One day, a beautiful femme fatale named Bebe Blair (Alma Bennett) gets a flat tire in front of Shelby's home. The driver of the car leaves to get help with the flat tire. Shelby sees Blair in the car and immediately falls in love with her. Shelby rides his bike around Blair's car in an attempt to get her attention and impress her. Eventually the two have a long kiss in the car just before the driver returns.



After Blair and the driver leave, Shelby finds a note on the ground that mentions getting married. Shelby assumes it is addressed to him from Blair and starts to dance happily in the street. Little does he know that Blair has no interest in him even though they both kissed. Blair has a boyfriend in the mob.

Although Shelby is to be married to his childhood sweetheart - Priscilla (Priscilla Bonner) and attend a Egg Festival with her, he dreams of being with Blair. On his wedding day to Priscilla, Shelby sees a front page headline in the local newspaper that Blair has been arrested. Apparently Blair is mixed up in a big crime racket.

Watch Long Pants here.

On that same day of his wedding, Shelby asks his bride-to-be to take a walk with him out into the woods. He takes a gun with him in order to murder Priscilla. Some of the funniest sequences can be seen during this part of the film. He asks Priscilla to close her eyes and count to five hundred as he slowly backs away from her in the forest to pull out the gun and shoot her.

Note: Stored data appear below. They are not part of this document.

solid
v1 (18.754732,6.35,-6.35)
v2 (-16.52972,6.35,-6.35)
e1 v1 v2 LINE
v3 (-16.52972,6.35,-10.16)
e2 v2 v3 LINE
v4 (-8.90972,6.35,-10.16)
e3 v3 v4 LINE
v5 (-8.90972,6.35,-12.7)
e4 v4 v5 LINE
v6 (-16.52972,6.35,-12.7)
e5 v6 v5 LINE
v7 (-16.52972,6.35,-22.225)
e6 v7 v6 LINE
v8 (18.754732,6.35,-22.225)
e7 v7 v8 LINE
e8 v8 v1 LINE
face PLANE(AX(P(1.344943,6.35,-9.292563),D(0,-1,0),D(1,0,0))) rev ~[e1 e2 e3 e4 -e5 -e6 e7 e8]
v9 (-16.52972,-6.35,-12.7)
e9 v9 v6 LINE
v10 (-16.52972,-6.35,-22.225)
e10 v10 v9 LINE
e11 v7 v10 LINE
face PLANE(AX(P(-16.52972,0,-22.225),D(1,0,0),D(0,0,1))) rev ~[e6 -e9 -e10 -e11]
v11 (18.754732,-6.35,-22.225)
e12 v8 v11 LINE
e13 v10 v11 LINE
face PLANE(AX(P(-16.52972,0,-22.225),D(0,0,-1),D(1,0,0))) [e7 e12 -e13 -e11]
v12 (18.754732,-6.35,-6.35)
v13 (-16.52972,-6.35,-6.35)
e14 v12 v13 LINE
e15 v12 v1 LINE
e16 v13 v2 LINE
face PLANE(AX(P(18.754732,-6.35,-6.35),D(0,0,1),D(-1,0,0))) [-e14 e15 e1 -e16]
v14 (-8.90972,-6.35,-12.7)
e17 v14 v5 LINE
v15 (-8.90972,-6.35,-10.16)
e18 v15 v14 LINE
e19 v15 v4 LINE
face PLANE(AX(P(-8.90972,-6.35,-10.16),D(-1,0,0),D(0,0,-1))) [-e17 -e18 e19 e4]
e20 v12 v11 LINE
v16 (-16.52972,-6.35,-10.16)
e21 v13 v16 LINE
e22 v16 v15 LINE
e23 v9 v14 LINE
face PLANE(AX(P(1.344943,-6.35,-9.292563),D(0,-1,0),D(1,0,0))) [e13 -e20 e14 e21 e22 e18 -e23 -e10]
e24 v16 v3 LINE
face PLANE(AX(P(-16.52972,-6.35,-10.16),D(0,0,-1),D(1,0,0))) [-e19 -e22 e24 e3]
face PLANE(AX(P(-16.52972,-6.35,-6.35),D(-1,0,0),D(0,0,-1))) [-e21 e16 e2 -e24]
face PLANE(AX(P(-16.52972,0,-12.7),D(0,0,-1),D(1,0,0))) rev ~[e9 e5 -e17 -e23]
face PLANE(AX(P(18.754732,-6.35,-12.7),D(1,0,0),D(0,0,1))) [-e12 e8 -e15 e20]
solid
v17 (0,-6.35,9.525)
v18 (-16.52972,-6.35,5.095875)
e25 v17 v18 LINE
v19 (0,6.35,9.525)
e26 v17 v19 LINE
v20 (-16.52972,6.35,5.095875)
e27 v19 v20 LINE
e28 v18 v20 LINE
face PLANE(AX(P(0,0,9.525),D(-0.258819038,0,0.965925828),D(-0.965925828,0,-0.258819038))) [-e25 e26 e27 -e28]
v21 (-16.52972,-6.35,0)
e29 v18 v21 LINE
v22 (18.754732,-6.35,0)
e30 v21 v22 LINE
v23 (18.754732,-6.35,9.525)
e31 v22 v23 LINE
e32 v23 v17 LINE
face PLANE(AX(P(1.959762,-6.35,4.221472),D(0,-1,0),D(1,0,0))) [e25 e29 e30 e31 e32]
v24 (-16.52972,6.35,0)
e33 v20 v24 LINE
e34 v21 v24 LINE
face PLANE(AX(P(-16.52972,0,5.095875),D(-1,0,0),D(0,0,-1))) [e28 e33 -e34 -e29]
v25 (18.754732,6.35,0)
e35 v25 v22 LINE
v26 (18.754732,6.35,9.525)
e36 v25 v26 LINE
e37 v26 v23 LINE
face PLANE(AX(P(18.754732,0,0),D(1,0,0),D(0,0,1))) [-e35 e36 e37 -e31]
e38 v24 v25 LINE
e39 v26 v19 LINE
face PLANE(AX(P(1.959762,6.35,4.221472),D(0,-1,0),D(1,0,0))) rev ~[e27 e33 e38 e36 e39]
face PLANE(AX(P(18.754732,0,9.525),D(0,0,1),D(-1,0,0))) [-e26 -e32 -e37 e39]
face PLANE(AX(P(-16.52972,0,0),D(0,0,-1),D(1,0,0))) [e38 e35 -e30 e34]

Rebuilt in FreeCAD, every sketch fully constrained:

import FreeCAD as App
import Part
import Sketcher
Q = App.Units.Quantity


def add_polygon(sketch, points):
    """Adds a closed chain of lines whose ends are joined by coincident constraints."""
    first, n = sketch.GeometryCount, len(points)
    for a, b in zip(points, points[1:] + points[:1]):
        sketch.addGeometry(Part.LineSegment(App.Vector(*a, 0), App.Vector(*b, 0)), False)
    for i in range(n):
        sketch.addConstraint(Sketcher.Constraint("Coincident", first + i, 2, first + (i + 1) % n, 1))

doc = App.newDocument("Part")
body = doc.addObject("PartDesign::Body", "Body")

sketch1 = body.newObject("Sketcher::SketchObject", "Sketch")
sketch1.AttachmentSupport = (doc.getObject("XZ_Plane"), [""])
sketch1.MapMode = "FlatFace"
add_polygon(sketch1, [(-16.52972, 0), (18.754732, 0), (18.754732, 9.525), (0, 9.525), (-16.52972, 5.095875)])
sketch1.addConstraint([
    Sketcher.Constraint("Horizontal", 0),
    Sketcher.Constraint("Vertical", 1),
    Sketcher.Constraint("Horizontal", 2),
    Sketcher.Constraint("Vertical", 4),
    Sketcher.Constraint("PointOnObject", 0, 2, -1),
    Sketcher.Constraint("PointOnObject", 2, 2, -2),
    Sketcher.Constraint("Angle", 3, Q("-165 deg")),
    Sketcher.Constraint("DistanceY", 1, 1, 1, 2, Q("0.375 in")),
    Sketcher.Constraint("DistanceX", 0, 1, 0, 2, Q("35.284452 mm")),
    Sketcher.Constraint("DistanceX", 2, 2, 2, 1, Q("18.754732 mm")),
])
pad1 = body.newObject("PartDesign::Pad", "Pad")
pad1.Profile = sketch1
pad1.Length = Q("0.5 in")
pad1.Midplane = True
body2 = doc.addObject("PartDesign::Body", "Body001")

sketch2 = body2.newObject("Sketcher::SketchObject", "Sketch001")
sketch2.AttachmentSupport = (doc.getObject("XZ_Plane001"), [""])
sketch2.MapMode = "FlatFace"
add_polygon(sketch2, [(-16.52972, -12.7), (-16.52972, -22.225), (18.754732, -22.225), (18.754732, -12.7)])
sketch2.addConstraint([
    Sketcher.Constraint("Vertical", 0),
    Sketcher.Constraint("Horizontal", 1),
    Sketcher.Constraint("Vertical", 2),
    Sketcher.Constraint("Horizontal", 3),
    Sketcher.Constraint("DistanceY", 2, 2, -1, 1, Q("0.5 in")),
    Sketcher.Constraint("DistanceY", 0, 2, 0, 1, Q("0.375 in")),
    Sketcher.Constraint("DistanceX", 1, 1, 1, 2, Q("35.284452 mm")),
    Sketcher.Constraint("DistanceX", 0, 2, -1, 1, Q("16.52972 mm")),
])
pad2 = body2.newObject("PartDesign::Pad", "Pad001")
pad2.Profile = sketch2
pad2.Length = Q("0.5 in")
pad2.Midplane = True

sketch3 = body2.newObject("Sketcher::SketchObject", "Sketch002")
sketch3.AttachmentSupport = (doc.getObject("XZ_Plane001"), [""])
sketch3.MapMode = "FlatFace"
sketch3.AttachmentOffset = App.Placement(App.Vector(0, 0, 0.25 * 25.4), App.Rotation())
add_polygon(sketch3, [(-8.90972, -12.7), (18.754732, -12.7), (18.754732, -6.35), (-16.52972, -6.35), (-16.52972, -10.16), (-8.90972, -10.16)])
sketch3.addConstraint([
    Sketcher.Constraint("Horizontal", 0),
    Sketcher.Constraint("Vertical", 1),
    Sketcher.Constraint("Horizontal", 2),
    Sketcher.Constraint("Vertical", 3),
    Sketcher.Constraint("Horizontal", 4),
    Sketcher.Constraint("Vertical", 5),
    Sketcher.Constraint("DistanceX", 4, 1, 4, 2, Q("0.3 in")),
    Sketcher.Constraint("DistanceY", 5, 2, 5, 1, Q("0.1 in")),
    Sketcher.Constraint("DistanceY", 1, 1, 1, 2, Q("0.25 in")),
    Sketcher.Constraint("DistanceY", 0, 2, -1, 1, Q("0.5 in")),
    Sketcher.Constraint("DistanceX", 0, 1, 0, 2, Q("27.664452 mm")),
    Sketcher.Constraint("DistanceX", 2, 2, -1, 1, Q("16.52972 mm")),
])
pad3 = body2.newObject("PartDesign::Pad", "Pad002")
pad3.Profile = sketch3
pad3.Length = Q("0.5 in")
pad3.Reversed = True

doc.recompute()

The problem is, however, that the gun keeps sliding down his pant leg, and he eventually backs into a barbed wire fence, then steps into a bear trap. Great comic, slap stick sequences during this part of the film.

The wedding is called off as Shelby comes to Blair's aide to help her escape from jail. After the escape, Shelby carries Blair around in a large crate on his back. A basket of light bulbs placed on the crate by a street worker begin to slide off the crate one by one as Shelby and Blair think gun shots are being fired at them. Some more great comedy sequences.



I find some of the more subtle images in the opening sequences to be the most interesting in the film, such as a shot of a swinging wood gate in front of a house, wrinkled long pants blowing in the wind on a clothes line, and the closing of an attic opening as young Shelby retires to the attic to read romance novels. These images help to symbolize Shelby's fate in the film.

Although Long Pants was a box office flop and signaled a downward spiral for the career of Harry Langdon, it is still required viewing for any Langdon fan. Kino Video released a DVD of Long Pants in 2000 with two other Langdon films included on the DVD – The Strong Man and Tramp, Tramp, Tramp with Joan Crawford. Don't miss this release if you're a Langdon fan. Happy viewing.